M-tip electro-ablation of pneumo-cysts for treatment of spontaneous pneumothorax as a secondary method to stapling: a confirmation study

Interact Cardiovasc Thorac Surg. 2005 Dec;4(6):614-7. doi: 10.1510/icvts.2005.115691. Epub 2005 Sep 16.

Abstract

Background: We recently established new guidelines for our electro-ablation technique, which has been shown to be a ubiquitous, easy, and cost effective method secondary to stapled resection of pneumo-cysts for the treatment of pneumothorax. The present study was conducted as a confirmation of the effectiveness of this technique.

Patients and methods: Between July 1998 and June 2003, 164 consecutive patients with spontaneous pneumothorax underwent surgery. Dependent lesions were resected using staplers. If found, residual lesions were ablated using M-tip electro-ablation (Group M). When the ablated pneumo-cysts were greater than 2 cm in diameter, pleural treatment was carried out by covering the surface with absorbable mesh sheets (Group L).

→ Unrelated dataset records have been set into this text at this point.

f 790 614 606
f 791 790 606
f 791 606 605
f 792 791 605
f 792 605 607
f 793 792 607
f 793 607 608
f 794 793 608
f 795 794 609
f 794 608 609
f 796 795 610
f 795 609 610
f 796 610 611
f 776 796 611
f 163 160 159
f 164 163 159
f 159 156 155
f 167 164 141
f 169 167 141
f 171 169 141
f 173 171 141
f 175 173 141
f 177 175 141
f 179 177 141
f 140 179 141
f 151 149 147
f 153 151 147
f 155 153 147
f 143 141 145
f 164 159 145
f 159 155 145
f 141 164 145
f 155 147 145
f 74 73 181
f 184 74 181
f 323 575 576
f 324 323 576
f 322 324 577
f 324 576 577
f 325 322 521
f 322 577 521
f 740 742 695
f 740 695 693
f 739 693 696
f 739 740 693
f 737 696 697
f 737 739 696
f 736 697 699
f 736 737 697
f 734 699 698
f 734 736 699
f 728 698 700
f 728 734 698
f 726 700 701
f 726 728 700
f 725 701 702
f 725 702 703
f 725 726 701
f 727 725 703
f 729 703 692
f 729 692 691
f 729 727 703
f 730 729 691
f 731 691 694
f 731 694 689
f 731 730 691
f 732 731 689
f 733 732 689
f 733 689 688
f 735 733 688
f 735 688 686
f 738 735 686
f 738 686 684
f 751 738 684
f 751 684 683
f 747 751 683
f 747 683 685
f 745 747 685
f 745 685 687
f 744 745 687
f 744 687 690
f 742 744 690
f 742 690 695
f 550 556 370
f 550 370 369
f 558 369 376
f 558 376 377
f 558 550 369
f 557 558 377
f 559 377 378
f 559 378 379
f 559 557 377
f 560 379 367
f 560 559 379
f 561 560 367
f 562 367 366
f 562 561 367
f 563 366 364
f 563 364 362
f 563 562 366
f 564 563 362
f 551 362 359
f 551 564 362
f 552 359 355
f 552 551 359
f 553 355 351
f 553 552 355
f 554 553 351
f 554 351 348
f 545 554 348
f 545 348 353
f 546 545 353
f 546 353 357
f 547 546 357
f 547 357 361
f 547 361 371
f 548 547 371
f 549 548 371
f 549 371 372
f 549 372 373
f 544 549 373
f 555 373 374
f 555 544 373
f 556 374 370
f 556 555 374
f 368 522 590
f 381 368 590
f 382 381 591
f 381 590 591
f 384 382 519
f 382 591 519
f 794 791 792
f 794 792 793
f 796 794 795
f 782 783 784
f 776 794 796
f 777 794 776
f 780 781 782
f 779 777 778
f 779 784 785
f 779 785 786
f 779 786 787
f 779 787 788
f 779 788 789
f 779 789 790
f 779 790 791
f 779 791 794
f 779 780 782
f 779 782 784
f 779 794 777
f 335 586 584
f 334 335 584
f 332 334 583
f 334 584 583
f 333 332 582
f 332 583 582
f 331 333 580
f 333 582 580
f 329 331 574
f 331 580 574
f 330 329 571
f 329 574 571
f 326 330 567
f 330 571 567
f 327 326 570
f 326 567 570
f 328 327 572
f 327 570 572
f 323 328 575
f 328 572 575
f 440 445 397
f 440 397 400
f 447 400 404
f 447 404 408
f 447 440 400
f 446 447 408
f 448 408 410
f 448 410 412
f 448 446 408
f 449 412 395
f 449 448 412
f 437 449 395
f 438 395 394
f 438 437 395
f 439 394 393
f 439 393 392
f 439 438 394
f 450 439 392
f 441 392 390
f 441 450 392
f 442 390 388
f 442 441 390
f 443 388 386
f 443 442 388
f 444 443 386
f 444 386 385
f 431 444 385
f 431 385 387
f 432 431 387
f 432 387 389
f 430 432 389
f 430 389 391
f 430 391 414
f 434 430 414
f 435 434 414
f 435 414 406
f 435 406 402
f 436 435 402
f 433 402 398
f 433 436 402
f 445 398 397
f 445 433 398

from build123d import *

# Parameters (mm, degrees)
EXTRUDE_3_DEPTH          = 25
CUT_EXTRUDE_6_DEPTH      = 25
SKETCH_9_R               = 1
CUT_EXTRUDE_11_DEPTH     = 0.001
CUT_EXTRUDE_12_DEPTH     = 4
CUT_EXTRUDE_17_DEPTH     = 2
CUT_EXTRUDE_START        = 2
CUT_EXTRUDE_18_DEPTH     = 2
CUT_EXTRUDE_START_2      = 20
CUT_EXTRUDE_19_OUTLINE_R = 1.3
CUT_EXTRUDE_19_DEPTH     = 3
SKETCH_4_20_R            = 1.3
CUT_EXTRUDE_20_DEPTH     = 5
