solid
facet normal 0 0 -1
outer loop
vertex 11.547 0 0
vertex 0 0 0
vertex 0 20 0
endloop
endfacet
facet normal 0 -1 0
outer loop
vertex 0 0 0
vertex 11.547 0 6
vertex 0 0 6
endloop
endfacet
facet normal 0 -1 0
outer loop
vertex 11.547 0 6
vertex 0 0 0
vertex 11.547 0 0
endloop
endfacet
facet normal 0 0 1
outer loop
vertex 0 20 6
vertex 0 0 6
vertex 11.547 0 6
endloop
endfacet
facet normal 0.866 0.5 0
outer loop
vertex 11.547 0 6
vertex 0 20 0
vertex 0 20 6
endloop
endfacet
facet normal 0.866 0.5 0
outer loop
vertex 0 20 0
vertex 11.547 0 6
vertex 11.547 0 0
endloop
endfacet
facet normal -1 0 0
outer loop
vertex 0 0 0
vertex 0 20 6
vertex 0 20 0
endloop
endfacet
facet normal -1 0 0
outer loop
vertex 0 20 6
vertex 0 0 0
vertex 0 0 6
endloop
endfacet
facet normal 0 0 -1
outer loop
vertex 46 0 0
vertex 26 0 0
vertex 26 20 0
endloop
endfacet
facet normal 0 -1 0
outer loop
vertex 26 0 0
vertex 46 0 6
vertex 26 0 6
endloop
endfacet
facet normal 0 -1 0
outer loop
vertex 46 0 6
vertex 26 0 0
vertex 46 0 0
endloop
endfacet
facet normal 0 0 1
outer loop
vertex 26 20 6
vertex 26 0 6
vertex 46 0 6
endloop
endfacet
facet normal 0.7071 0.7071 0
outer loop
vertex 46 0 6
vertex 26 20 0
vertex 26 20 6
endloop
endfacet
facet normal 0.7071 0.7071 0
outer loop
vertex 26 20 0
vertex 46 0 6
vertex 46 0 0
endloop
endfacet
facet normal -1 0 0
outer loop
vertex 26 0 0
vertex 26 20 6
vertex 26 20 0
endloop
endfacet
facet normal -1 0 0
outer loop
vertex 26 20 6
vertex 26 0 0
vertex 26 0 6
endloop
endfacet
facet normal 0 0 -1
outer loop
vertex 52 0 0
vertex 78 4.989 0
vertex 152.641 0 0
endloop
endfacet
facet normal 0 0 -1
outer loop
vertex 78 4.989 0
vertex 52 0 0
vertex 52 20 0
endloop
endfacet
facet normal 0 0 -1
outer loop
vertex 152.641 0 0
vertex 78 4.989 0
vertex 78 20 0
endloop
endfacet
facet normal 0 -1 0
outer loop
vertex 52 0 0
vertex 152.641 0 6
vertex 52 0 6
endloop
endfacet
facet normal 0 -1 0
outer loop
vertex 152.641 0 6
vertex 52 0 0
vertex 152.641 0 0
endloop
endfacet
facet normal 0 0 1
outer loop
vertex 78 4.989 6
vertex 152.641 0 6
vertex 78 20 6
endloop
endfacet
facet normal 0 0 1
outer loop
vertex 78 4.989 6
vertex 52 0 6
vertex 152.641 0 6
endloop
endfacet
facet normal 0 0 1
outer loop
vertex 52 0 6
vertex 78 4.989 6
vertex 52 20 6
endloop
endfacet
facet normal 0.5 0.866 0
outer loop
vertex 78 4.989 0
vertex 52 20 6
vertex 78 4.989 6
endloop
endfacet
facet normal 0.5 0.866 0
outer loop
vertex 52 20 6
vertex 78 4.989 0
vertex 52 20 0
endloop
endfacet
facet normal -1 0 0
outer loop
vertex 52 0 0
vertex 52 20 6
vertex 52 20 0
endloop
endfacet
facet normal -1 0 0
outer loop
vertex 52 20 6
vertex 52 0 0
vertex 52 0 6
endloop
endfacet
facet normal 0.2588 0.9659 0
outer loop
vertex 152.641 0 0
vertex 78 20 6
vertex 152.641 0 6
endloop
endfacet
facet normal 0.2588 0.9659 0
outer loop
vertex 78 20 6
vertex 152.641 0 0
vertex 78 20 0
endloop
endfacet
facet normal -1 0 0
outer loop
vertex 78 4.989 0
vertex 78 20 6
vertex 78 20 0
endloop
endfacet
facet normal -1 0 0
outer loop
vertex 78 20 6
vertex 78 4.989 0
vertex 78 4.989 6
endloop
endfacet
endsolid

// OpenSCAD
// Overhang angle sweep: fins at increasing angle from vertical
// (30, 45, 60, 75 degrees) to illustrate the ~45deg self-support limit.
$fn = 0;
H = 20; thick = 6; spacing = 26;
angles = [30, 45, 60, 75];

module fin(angle) {
    L = H * tan(angle);
    linear_extrude(height = thick)
    polygon(points = [[0, 0], [0, H], [L, 0]]);
}

for (i = [0 : len(angles) - 1])
    translate([i * spacing, 0, 0]) fin(angles[i]);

Results: There were 7 cases (4.2%) of relapse of spontaneous pneumothorax and each underwent another operation due to the relapse. None of the lesions in the relapse cases received electro-ablation in the first operation. Relapse-free cases were 97/103 (94%) in Group N (no ablation group), 48/49 (98%) in Group M, and 12/12 (100%) in Group L (P=0.4).

Comments: Our results demonstrated the safety and efficacy of our M-tip electro-ablation technique for pneumo-cysts as a secondary method to stapling. We considered that it was feasible for the treatment of spontaneous pneumothorax.